In Prose’s view, the best thing ever written by a 13-year-old girl is Anne Frank’s Diary.

Prose found in the long interim between reading the book in school and re-reading it as an adult how wonderfully written it was, and that it was a bona-fide work of literature, the work of a teenage genius.

Initially, Prose planned to do a close reading of the Diary and analyze how Anne Frank wrote. She also felt some redress was necessary; that Anne had not received due credit as a writer, partly perhaps because she was a teenager (Prose cited a stinging, dismissive review by literary critic Harold Bloom).

According to Prose (who did much of the research for her book at the Anne Frank House and Annex in Amsterdam) the most startling fact she learned was that Anne completely revised the Diary before her capture and incarceration by the Nazis.

“There are 250 sheets of colored paper with her rewrites,” Prose said. “The revisions are extraordinary and really show the writer she had become. Part of it is the difference between being a 13-year-old girl when she started the diary and a 15 year old when she revised it.”

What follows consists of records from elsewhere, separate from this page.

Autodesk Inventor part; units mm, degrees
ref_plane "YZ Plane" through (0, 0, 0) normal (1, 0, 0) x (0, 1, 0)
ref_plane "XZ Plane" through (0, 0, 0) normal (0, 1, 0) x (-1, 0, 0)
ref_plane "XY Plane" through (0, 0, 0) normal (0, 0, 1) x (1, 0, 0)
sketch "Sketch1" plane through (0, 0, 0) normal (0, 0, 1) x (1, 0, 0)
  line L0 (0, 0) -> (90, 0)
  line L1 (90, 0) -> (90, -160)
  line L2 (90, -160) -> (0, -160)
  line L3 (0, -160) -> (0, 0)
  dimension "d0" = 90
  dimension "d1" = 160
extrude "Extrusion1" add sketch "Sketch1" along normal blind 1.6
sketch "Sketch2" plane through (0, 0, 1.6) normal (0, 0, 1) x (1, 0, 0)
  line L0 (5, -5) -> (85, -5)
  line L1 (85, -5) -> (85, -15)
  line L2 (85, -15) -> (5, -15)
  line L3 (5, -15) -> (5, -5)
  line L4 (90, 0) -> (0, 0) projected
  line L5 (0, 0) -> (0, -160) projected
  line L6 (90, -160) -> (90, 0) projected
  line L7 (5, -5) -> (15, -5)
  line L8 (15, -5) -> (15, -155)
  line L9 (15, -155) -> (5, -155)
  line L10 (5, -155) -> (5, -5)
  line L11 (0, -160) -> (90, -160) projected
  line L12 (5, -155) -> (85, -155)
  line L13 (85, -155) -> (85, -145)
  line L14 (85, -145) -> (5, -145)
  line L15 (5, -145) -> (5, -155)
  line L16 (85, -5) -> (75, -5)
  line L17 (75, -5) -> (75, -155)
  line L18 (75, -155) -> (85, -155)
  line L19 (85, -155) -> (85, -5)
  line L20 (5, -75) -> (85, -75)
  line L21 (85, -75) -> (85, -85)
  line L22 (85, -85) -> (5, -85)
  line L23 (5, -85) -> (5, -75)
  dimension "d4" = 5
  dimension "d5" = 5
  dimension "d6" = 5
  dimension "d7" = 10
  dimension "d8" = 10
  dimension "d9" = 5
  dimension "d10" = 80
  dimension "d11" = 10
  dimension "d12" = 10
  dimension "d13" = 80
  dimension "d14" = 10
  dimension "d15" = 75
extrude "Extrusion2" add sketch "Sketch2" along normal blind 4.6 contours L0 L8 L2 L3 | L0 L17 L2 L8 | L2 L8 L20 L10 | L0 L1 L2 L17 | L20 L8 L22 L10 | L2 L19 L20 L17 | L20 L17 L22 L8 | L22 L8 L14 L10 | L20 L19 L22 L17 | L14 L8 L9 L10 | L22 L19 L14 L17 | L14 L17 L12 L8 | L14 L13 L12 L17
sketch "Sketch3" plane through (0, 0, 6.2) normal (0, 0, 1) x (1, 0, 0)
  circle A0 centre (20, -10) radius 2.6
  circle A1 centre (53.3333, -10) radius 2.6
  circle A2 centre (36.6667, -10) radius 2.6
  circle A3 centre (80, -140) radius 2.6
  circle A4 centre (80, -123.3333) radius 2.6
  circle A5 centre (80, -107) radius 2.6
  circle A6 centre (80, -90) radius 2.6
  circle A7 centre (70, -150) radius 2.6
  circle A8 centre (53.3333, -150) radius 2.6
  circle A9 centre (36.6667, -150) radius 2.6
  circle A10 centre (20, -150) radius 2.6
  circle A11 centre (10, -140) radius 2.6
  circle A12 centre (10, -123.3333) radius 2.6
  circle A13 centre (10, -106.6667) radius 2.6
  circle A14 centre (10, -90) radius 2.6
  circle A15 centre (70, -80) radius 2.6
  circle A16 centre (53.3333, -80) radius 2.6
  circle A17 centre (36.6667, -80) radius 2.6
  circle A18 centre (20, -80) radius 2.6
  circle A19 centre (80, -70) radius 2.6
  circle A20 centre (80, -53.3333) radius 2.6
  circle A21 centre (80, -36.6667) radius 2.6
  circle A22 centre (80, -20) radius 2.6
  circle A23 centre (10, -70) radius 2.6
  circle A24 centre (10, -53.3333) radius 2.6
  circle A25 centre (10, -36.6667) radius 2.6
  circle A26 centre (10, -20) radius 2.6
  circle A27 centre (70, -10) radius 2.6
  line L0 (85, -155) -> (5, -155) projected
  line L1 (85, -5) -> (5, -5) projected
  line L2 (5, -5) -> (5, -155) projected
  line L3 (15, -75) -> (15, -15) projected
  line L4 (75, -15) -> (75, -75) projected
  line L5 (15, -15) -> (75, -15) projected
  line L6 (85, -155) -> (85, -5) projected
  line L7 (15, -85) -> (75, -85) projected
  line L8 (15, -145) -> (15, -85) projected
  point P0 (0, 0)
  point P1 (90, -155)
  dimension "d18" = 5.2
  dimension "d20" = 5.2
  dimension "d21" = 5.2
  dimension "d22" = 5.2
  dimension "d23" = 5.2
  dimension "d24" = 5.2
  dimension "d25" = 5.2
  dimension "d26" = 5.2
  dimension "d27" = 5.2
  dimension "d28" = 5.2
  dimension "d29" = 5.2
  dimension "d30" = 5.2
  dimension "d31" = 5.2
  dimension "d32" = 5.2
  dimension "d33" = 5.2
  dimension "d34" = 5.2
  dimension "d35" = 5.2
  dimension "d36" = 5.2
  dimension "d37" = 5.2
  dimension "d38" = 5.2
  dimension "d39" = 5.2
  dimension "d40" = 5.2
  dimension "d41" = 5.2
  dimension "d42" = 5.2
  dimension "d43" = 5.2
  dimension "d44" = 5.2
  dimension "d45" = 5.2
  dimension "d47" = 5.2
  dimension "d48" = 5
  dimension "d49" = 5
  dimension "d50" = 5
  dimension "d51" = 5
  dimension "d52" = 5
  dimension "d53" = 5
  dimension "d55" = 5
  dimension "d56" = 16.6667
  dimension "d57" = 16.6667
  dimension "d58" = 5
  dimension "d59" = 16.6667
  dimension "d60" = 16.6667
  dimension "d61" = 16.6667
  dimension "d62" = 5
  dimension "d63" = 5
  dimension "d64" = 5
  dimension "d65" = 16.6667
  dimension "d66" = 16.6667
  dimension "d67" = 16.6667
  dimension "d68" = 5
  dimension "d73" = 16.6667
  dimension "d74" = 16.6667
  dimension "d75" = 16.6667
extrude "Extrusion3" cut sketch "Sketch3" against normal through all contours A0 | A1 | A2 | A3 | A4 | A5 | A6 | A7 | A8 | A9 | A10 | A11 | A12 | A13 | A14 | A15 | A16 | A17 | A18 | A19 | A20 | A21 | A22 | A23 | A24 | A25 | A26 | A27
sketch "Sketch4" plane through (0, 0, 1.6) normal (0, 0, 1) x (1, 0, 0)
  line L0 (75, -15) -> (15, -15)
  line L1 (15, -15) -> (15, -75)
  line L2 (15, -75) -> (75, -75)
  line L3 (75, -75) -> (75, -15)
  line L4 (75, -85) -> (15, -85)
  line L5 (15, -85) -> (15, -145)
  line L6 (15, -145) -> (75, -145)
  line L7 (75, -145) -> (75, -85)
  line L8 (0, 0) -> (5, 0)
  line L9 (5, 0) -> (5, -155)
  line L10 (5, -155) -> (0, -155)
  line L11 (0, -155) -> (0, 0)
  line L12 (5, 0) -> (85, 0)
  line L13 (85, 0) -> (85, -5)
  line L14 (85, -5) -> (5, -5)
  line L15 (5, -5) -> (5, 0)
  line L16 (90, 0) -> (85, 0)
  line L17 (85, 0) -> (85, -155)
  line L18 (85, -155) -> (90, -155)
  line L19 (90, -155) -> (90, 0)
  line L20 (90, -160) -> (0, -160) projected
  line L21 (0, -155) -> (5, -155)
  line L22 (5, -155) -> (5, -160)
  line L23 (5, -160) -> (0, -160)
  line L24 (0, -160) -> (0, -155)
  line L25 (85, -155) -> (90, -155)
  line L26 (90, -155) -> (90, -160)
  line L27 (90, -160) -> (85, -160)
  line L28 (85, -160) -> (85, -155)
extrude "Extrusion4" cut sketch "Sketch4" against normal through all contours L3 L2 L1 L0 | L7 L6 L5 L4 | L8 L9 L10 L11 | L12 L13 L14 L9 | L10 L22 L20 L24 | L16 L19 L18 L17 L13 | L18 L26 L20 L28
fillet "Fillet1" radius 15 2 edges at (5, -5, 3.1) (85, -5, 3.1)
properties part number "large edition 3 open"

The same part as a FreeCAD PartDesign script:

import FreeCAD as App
import Part
import Sketcher
from FreeCAD import Vector
Q = App.Units.Quantity


def edges_at(feature, points):
    """Names of the edges that pass closest to the given points."""
    edges = feature.Shape.Edges
    near = lambda p: min(range(len(edges)), key=lambda i: edges[i].distToShape(Part.Vertex(*p))[0])
    return sorted({f"Edge{near(p) + 1}" for p in points})


def add_polygon(sketch, points):
    """Adds a closed chain of lines whose ends are joined by coincident constraints."""
    first, n = sketch.GeometryCount, len(points)
    for a, b in zip(points, points[1:] + points[:1]):
        sketch.addGeometry(Part.LineSegment(App.Vector(*a, 0), App.Vector(*b, 0)), False)
    for i in range(n):
        sketch.addConstraint(Sketcher.Constraint("Coincident", first + i, 2, first + (i + 1) % n, 1))

doc = App.newDocument("Part")
body = doc.addObject("PartDesign::Body", "Body")

# Sketch on XY plane
sketch1 = body.newObject("Sketcher::SketchObject", "Sketch")
sketch1.AttachmentSupport = (doc.getObject("XY_Plane"), [""])
sketch1.MapMode = "FlatFace"
add_polygon(sketch1, [(90, 0), (0, 0), (0, -160), (90, -160)])  # lines 0-3
sketch1.addConstraint([
    Sketcher.Constraint("Horizontal", 0),
    Sketcher.Constraint("Vertical", 1),
    Sketcher.Constraint("Horizontal", 2),
    Sketcher.Constraint("Vertical", 3),
    Sketcher.Constraint("Coincident", 0, 2, -1, 1),
    Sketcher.Constraint("DistanceX", 0, 2, 0, 1, Q("90 mm")),
    Sketcher.Constraint("DistanceY", 1, 2, 1, 1, Q("160 mm")),
])
pad1 = body.newObject("PartDesign::Pad", "Pad")
pad1.Profile = sketch1
pad1.Length = 1.6

# Sketch on XY plane
sketch2 = body.newObject("Sketcher::SketchObject", "Sketch001")
sketch2.AttachmentSupport = (doc.getObject("XY_Plane"), [""])
sketch2.MapMode = "FlatFace"
sketch2.AttachmentOffset = App.Placement(Vector(0, 0, 1.6), App.Rotation())
add_polygon(sketch2, [(5, -5), (5, -155), (85, -155), (85, -5)])  # lines 0-3
add_polygon(sketch2, [(15, -15), (75, -15), (75, -75), (15, -75)])  # lines 4-7
add_polygon(sketch2, [(15, -85), (75, -85), (75, -145), (15, -145)])  # lines 8-11
sketch2.addConstraint([
    Sketcher.Constraint("Vertical", 0),
    Sketcher.Constraint("Horizontal", 1),
    Sketcher.Constraint("Vertical", 2),
    Sketcher.Constraint("Horizontal", 3),
    Sketcher.Constraint("Horizontal", 4),
    Sketcher.Constraint("Vertical", 5),
    Sketcher.Constraint("Horizontal", 6),
    Sketcher.Constraint("Vertical", 7),
    Sketcher.Constraint("Horizontal", 8),
    Sketcher.Constraint("Vertical", 9),
    Sketcher.Constraint("Horizontal", 10),
    Sketcher.Constraint("Vertical", 11),
    Sketcher.Constraint("Vertical", 5, 2, 8, 2),
    Sketcher.Constraint("Vertical", 7, 2, 10, 2),
    Sketcher.Constraint("Equal", 10, 5),
    Sketcher.Constraint("Equal", 7, 9),
    Sketcher.Constraint("DistanceX", 1, 1, 1, 2, Q("80 mm")),
    Sketcher.Constraint("DistanceX", -1, 1, 0, 2, Q("5 mm")),
    Sketcher.Constraint("DistanceY", 2, 2, -1, 1, Q("5 mm")),
    Sketcher.Constraint("DistanceX", -1, 1, 4, 2, Q("75 mm")),
    Sketcher.Constraint("DistanceY", 5, 2, -1, 1, Q("75 mm")),
    Sketcher.Constraint("DistanceY", 4, 2, 2, 2, Q("10 mm")),
    Sketcher.Constraint("DistanceY", 1, 2, 5, 2, Q("80 mm")),
    Sketcher.Constraint("DistanceY", 8, 2, 5, 2, Q("10 mm")),
])
pad2 = body.newObject("PartDesign::Pad", "Pad001")
pad2.Profile = sketch2
pad2.Length = 4.6

# Sketch on XY plane
sketch3 = body.newObject("Sketcher::SketchObject", "Sketch002")
sketch3.AttachmentSupport = (doc.getObject("XY_Plane"), [""])
sketch3.MapMode = "FlatFace"
sketch3.AttachmentOffset = App.Placement(Vector(0, 0, 6.2), App.Rotation())
sketch3.addGeometry([
    Part.Circle(Vector(20, -10, 0), Vector(0, 0, 1), 2.6),  # 0
    Part.Circle(Vector(53.3, -10, 0), Vector(0, 0, 1), 2.6),  # 1
    Part.Circle(Vector(36.7, -10, 0), Vector(0, 0, 1), 2.6),  # 2
    Part.Circle(Vector(80, -140, 0), Vector(0, 0, 1), 2.6),  # 3
    Part.Circle(Vector(80, -123.3, 0), Vector(0, 0, 1), 2.6),  # 4
    Part.Circle(Vector(80, -107, 0), Vector(0, 0, 1), 2.6),  # 5
    Part.Circle(Vector(80, -90, 0), Vector(0, 0, 1), 2.6),  # 6
    Part.Circle(Vector(70, -150, 0), Vector(0, 0, 1), 2.6),  # 7
    Part.Circle(Vector(53.3, -150, 0), Vector(0, 0, 1), 2.6),  # 8
    Part.Circle(Vector(36.7, -150, 0), Vector(0, 0, 1), 2.6),  # 9
    Part.Circle(Vector(20, -150, 0), Vector(0, 0, 1), 2.6),  # 10
    Part.Circle(Vector(10, -140, 0), Vector(0, 0, 1), 2.6),  # 11
    Part.Circle(Vector(10, -123.3, 0), Vector(0, 0, 1), 2.6),  # 12
    Part.Circle(Vector(10, -106.7, 0), Vector(0, 0, 1), 2.6),  # 13
    Part.Circle(Vector(10, -90, 0), Vector(0, 0, 1), 2.6),  # 14
    Part.Circle(Vector(70, -80, 0), Vector(0, 0, 1), 2.6),  # 15
    Part.Circle(Vector(53.3, -80, 0), Vector(0, 0, 1), 2.6),  # 16
    Part.Circle(Vector(36.7, -80, 0), Vector(0, 0, 1), 2.6),  # 17
    Part.Circle(Vector(20, -80, 0), Vector(0, 0, 1), 2.6),  # 18
    Part.Circle(Vector(80, -70, 0), Vector(0, 0, 1), 2.6),  # 19
    Part.Circle(Vector(80, -53.3, 0), Vector(0, 0, 1), 2.6),  # 20
    Part.Circle(Vector(80, -36.7, 0), Vector(0, 0, 1), 2.6),  # 21
    Part.Circle(Vector(80, -20, 0), Vector(0, 0, 1), 2.6),  # 22
    Part.Circle(Vector(10, -70, 0), Vector(0, 0, 1), 2.6),  # 23
    Part.Circle(Vector(10, -53.3, 0), Vector(0, 0, 1), 2.6),  # 24
    Part.Circle(Vector(10, -36.7, 0), Vector(0, 0, 1), 2.6),  # 25
    Part.Circle(Vector(10, -20, 0), Vector(0, 0, 1), 2.6),  # 26
    Part.Circle(Vector(70, -10, 0), Vector(0, 0, 1), 2.6),  # 27
], False)
sketch3.addConstraint([
    Sketcher.Constraint("Equal", 0, 1),
    Sketcher.Constraint("Equal", 1, 2),
    Sketcher.Constraint("Equal", 2, 3),
    Sketcher.Constraint("Equal", 3, 4),
    Sketcher.Constraint("Equal", 4, 5),
    Sketcher.Constraint("Equal", 5, 6),
    Sketcher.Constraint("Equal", 6, 7),
    Sketcher.Constraint("Equal", 7, 8),
    Sketcher.Constraint("Equal", 8, 9),
    Sketcher.Constraint("Equal", 9, 10),
    Sketcher.Constraint("Equal", 10, 11),
    Sketcher.Constraint("Equal", 11, 12),
    Sketcher.Constraint("Equal", 12, 13),
    Sketcher.Constraint("Equal", 13, 14),
    Sketcher.Constraint("Equal", 14, 15),
    Sketcher.Constraint("Equal", 15, 16),
    Sketcher.Constraint("Equal", 16, 17),
    Sketcher.Constraint("Equal", 17, 18),
    Sketcher.Constraint("Equal", 18, 19),
    Sketcher.Constraint("Equal", 19, 20),
    Sketcher.Constraint("Equal", 20, 21),
    Sketcher.Constraint("Equal", 21, 22),
    Sketcher.Constraint("Equal", 22, 23),
    Sketcher.Constraint("Equal", 23, 24),
    Sketcher.Constraint("Equal", 24, 25),
    Sketcher.Constraint("Equal", 25, 26),
    Sketcher.Constraint("Equal", 26, 27),
    Sketcher.Constraint("Horizontal", 0, 3, 1, 3),
    Sketcher.Constraint("Horizontal", 1, 3, 2, 3),
    Sketcher.Constraint("Horizontal", 7, 3, 8, 3),
    Sketcher.Constraint("Horizontal", 8, 3, 9, 3),
    Sketcher.Constraint("Horizontal", 9, 3, 10, 3),
    Sketcher.Constraint("Horizontal", 3, 3, 11, 3),
    Sketcher.Constraint("Horizontal", 4, 3, 12, 3),
    Sketcher.Constraint("Horizontal", 6, 3, 14, 3),
    Sketcher.Constraint("Horizontal", 15, 3, 16, 3),
    Sketcher.Constraint("Horizontal", 16, 3, 17, 3),
    Sketcher.Constraint("Horizontal", 17, 3, 18, 3),
    Sketcher.Constraint("Horizontal", 19, 3, 23, 3),
    Sketcher.Constraint("Horizontal", 20, 3, 24, 3),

Prose added that the reason the world knows about the revisions was because of Holocaust deniers who claimed they were forgeries or that Otto Frank (Anne’s father) had written them himself.

According to Prose, there are three versions of Anne’s Diary: the original version, the second version containing Anne’s revisions and a third version that Otto Frank edited.

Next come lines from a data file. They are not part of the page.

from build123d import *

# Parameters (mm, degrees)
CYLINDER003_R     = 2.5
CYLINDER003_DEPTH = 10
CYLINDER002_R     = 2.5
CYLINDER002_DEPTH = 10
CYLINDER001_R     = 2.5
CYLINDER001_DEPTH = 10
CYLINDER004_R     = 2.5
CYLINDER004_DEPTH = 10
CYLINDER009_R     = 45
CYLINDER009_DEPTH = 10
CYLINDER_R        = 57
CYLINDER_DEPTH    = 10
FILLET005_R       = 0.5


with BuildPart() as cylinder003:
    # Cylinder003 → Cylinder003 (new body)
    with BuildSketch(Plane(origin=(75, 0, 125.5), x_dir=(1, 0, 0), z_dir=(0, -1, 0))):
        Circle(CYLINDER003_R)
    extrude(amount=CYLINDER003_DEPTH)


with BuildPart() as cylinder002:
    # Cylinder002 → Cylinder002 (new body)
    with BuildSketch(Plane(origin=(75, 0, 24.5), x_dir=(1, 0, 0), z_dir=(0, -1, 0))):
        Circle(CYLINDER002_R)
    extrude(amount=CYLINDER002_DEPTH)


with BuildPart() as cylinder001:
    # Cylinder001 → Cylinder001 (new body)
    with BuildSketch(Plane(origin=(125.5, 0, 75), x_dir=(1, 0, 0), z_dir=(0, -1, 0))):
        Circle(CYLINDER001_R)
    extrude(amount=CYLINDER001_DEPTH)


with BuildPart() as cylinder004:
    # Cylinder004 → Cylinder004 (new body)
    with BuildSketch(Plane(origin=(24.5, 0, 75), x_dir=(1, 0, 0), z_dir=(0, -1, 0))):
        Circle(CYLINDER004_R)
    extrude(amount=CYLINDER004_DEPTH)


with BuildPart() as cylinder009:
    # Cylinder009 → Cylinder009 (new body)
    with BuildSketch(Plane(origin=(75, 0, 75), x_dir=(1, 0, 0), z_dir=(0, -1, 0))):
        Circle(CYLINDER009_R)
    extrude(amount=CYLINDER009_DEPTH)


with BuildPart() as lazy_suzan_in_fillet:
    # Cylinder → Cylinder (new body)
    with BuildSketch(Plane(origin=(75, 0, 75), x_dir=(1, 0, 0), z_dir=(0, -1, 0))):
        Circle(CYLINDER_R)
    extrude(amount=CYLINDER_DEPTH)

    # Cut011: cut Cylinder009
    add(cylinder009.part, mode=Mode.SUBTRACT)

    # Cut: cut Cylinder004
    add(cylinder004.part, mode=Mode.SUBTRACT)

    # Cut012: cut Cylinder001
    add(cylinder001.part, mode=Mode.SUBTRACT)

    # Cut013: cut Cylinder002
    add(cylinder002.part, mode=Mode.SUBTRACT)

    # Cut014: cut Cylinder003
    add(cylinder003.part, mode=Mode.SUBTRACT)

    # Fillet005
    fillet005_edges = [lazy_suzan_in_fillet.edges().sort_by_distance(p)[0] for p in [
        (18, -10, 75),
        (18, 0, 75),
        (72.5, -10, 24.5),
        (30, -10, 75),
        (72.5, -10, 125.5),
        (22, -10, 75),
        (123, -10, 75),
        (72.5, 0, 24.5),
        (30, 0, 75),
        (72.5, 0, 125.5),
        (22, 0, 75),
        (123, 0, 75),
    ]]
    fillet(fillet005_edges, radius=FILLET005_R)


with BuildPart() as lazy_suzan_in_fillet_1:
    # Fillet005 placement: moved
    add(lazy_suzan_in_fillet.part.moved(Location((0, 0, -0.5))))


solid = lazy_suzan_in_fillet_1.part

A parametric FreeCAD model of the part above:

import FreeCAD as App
import Part
import Sketcher


def edges_at(feature, points):
    """Names of the edges that pass closest to the given points."""
    edges = feature.Shape.Edges
    near = lambda p: min(range(len(edges)), key=lambda i: edges[i].distToShape(Part.Vertex(*p))[0])
    return sorted({f"Edge{near(p) + 1}" for p in points})

doc = App.newDocument("Part")
body = doc.addObject("PartDesign::Body", "Body")

sketch1 = doc.addObject("Sketcher::SketchObject", "Sketch")
body.addObject(sketch1)
sketch1.AttachmentSupport = (doc.XZ_Plane, [""])
sketch1.MapMode = "FlatFace"
sketch1.addGeometry(Part.Circle(App.Vector(75, 125.5, 0), App.Vector(0, 0, 1), 2.5), False)
sketch1.addConstraint([
    Sketcher.Constraint("Diameter", 0, 5.0),
    Sketcher.Constraint("DistanceX", -1, 1, 0, 3, 75.0),
    Sketcher.Constraint("DistanceY", -1, 1, 0, 3, 125.5),
])
pad1 = doc.addObject("PartDesign::Pad", "Pad")
body.addObject(pad1)
pad1.Profile = sketch1
pad1.Length = 10
body2 = doc.addObject("PartDesign::Body", "Body001")

sketch2 = doc.addObject("Sketcher::SketchObject", "Sketch001")
body2.addObject(sketch2)
sketch2.AttachmentSupport = (doc.getObject("XZ_Plane001"), [""])
sketch2.MapMode = "FlatFace"
sketch2.addGeometry(Part.Circle(App.Vector(75, 24.5, 0), App.Vector(0, 0, 1), 2.5), False)
sketch2.addConstraint([
    Sketcher.Constraint("Diameter", 0, 5.0),
    Sketcher.Constraint("DistanceX", -1, 1, 0, 3, 75.0),
    Sketcher.Constraint("DistanceY", -1, 1, 0, 3, 24.5),
])
pad2 = doc.addObject("PartDesign::Pad", "Pad001")
body2.addObject(pad2)
pad2.Profile = sketch2
pad2.Length = 10
body3 = doc.addObject("PartDesign::Body", "Body002")

sketch3 = doc.addObject("Sketcher::SketchObject", "Sketch002")
body3.addObject(sketch3)
sketch3.AttachmentSupport = (doc.getObject("XZ_Plane002"), [""])
sketch3.MapMode = "FlatFace"
sketch3.addGeometry(Part.Circle(App.Vector(125.5, 75, 0), App.Vector(0, 0, 1), 2.5), False)
sketch3.addConstraint([
    Sketcher.Constraint("Diameter", 0, 5.0),
    Sketcher.Constraint("DistanceY", -1, 1, 0, 3, 75.0),
    Sketcher.Constraint("DistanceX", -1, 1, 0, 3, 125.5),
])
pad3 = doc.addObject("PartDesign::Pad", "Pad002")
body3.addObject(pad3)
pad3.Profile = sketch3
pad3.Length = 10
body4 = doc.addObject("PartDesign::Body", "Body003")

sketch4 = doc.addObject("Sketcher::SketchObject", "Sketch003")
body4.addObject(sketch4)
sketch4.AttachmentSupport = (doc.getObject("XZ_Plane003"), [""])
sketch4.MapMode = "FlatFace"
sketch4.addGeometry(Part.Circle(App.Vector(24.5, 75, 0), App.Vector(0, 0, 1), 2.5), False)
sketch4.addConstraint([
    Sketcher.Constraint("Diameter", 0, 5.0),
    Sketcher.Constraint("DistanceY", -1, 1, 0, 3, 75.0),
    Sketcher.Constraint("DistanceX", -1, 1, 0, 3, 24.5),
])
pad4 = doc.addObject("PartDesign::Pad", "Pad003")
body4.addObject(pad4)
pad4.Profile = sketch4
pad4.Length = 10
body5 = doc.addObject("PartDesign::Body", "Body004")

sketch5 = doc.addObject("Sketcher::SketchObject", "Sketch004")
body5.addObject(sketch5)
sketch5.AttachmentSupport = (doc.getObject("XZ_Plane004"), [""])
sketch5.MapMode = "FlatFace"
sketch5.addGeometry(Part.Circle(App.Vector(75, 75, 0), App.Vector(0, 0, 1), 45), False)
sketch5.addConstraint([
    Sketcher.Constraint("Diameter", 0, 90.0),
    Sketcher.Constraint("DistanceX", -1, 1, 0, 3, 75.0),
    Sketcher.Constraint("DistanceY", -1, 1, 0, 3, 75.0),
])
pad5 = doc.addObject("PartDesign::Pad", "Pad004")
body5.addObject(pad5)
pad5.Profile = sketch5
pad5.Length = 10
body6 = doc.addObject("PartDesign::Body", "Body005")

sketch6 = doc.addObject("Sketcher::SketchObject", "Sketch005")
body6.addObject(sketch6)
sketch6.AttachmentSupport = (doc.getObject("XZ_Plane005"), [""])
sketch6.MapMode = "FlatFace"
sketch6.addGeometry(Part.Circle(App.Vector(75, 75, 0), App.Vector(0, 0, 1), 57), False)
sketch6.addConstraint([
    Sketcher.Constraint("Diameter", 0, 114.0),
    Sketcher.Constraint("DistanceX", -1, 1, 0, 3, 75.0),
    Sketcher.Constraint("DistanceY", -1, 1, 0, 3, 75.0),
])
pad6 = doc.addObject("PartDesign::Pad", "Pad005")
body6.addObject(pad6)
pad6.Profile = sketch6
pad6.Length = 10
doc.recompute()

boolean = doc.addObject("PartDesign::Boolean", "Boolean")
body6.addObject(boolean)
boolean.Type = "Cut"
boolean.addObjects([body5])
doc.recompute()

boolean2 = doc.addObject("PartDesign::Boolean", "Boolean001")
body6.addObject(boolean2)
boolean2.Type = "Cut"
boolean2.addObjects([body4])
doc.recompute()

boolean3 = doc.addObject("PartDesign::Boolean", "Boolean002")
body6.addObject(boolean3)
boolean3.Type = "Cut"
boolean3.addObjects([body3])
doc.recompute()

boolean4 = doc.addObject("PartDesign::Boolean", "Boolean003")
body6.addObject(boolean4)
boolean4.Type = "Cut"
boolean4.addObjects([body2])
doc.recompute()

boolean5 = doc.addObject("PartDesign::Boolean", "Boolean004")
body6.addObject(boolean5)
boolean5.Type = "Cut"
boolean5.addObjects([body])
doc.recompute()

fillet = doc.addObject("PartDesign::Fillet", "Fillet")
body6.addObject(fillet)
fillet.Base = (boolean5, edges_at(boolean5, [
    (18, -10, 75),
    (18, 0, 75),
    (72.5, -10, 24.5),
    (30, -10, 75),
    (72.5, -10, 125.5),
    (22, -10, 75),
    (123, -10, 75),
    (72.5, 0, 24.5),
    (30, 0, 75),
    (72.5, 0, 125.5),
    (22, 0, 75),
    (123, 0, 75),
]))
fillet.Radius = 0.5
body7 = doc.addObject("PartDesign::Body", "Body006")
doc.recompute()

body6.Placement = App.Placement(App.Vector(0, 0, -0.5), App.Rotation(App.Vector(0, 0, 1), 0))
boolean6 = doc.addObject("PartDesign::Boolean", "Boolean005")
body7.addObject(boolean6)
boolean6.Type = "Fuse"
boolean6.addObjects([body6])

doc.recompute()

“Anne originally imagined her diary as a sort of detective novel, like a Dutch version of Nancy Drew,” Prose said. “She wrote spontaneously and then when she went back and did the revisions, she clarified things.”

Although Prose admits that the play by playwrights Albert Goodrich and Frances Hackett introduced the Diary to new audiences worldwide, by her own estimation, Prose considers the plotting and dialogue of the play and later Hollywood movie that starred Millie Perkins in the Anne role to be “cheesified.”

As to the question of what kind of a writer Anne Frank could have become if she survived the war: “Anne was supremely talented,” Prose said. “Because the Diary was spontaneous, because there was real literary heft behind it and the imagination of someone who really knew how to write, maybe she would have become a journalist. That was another of her ambitions. There’s no telling.”

In addition to her books, Prose’s work has appeared in The Atlantic and The New Republic. She was awarded the first Dayton Literary Peace Prize in fiction and in 2000 was a finalist for the National Book Award. Prose is also the recipient of the Washington University International Humanities Medal, Guggenheim and Fulbright Fellowships, as well as two NEA grants and a PEN translation prize. She teaches writing at Bard College.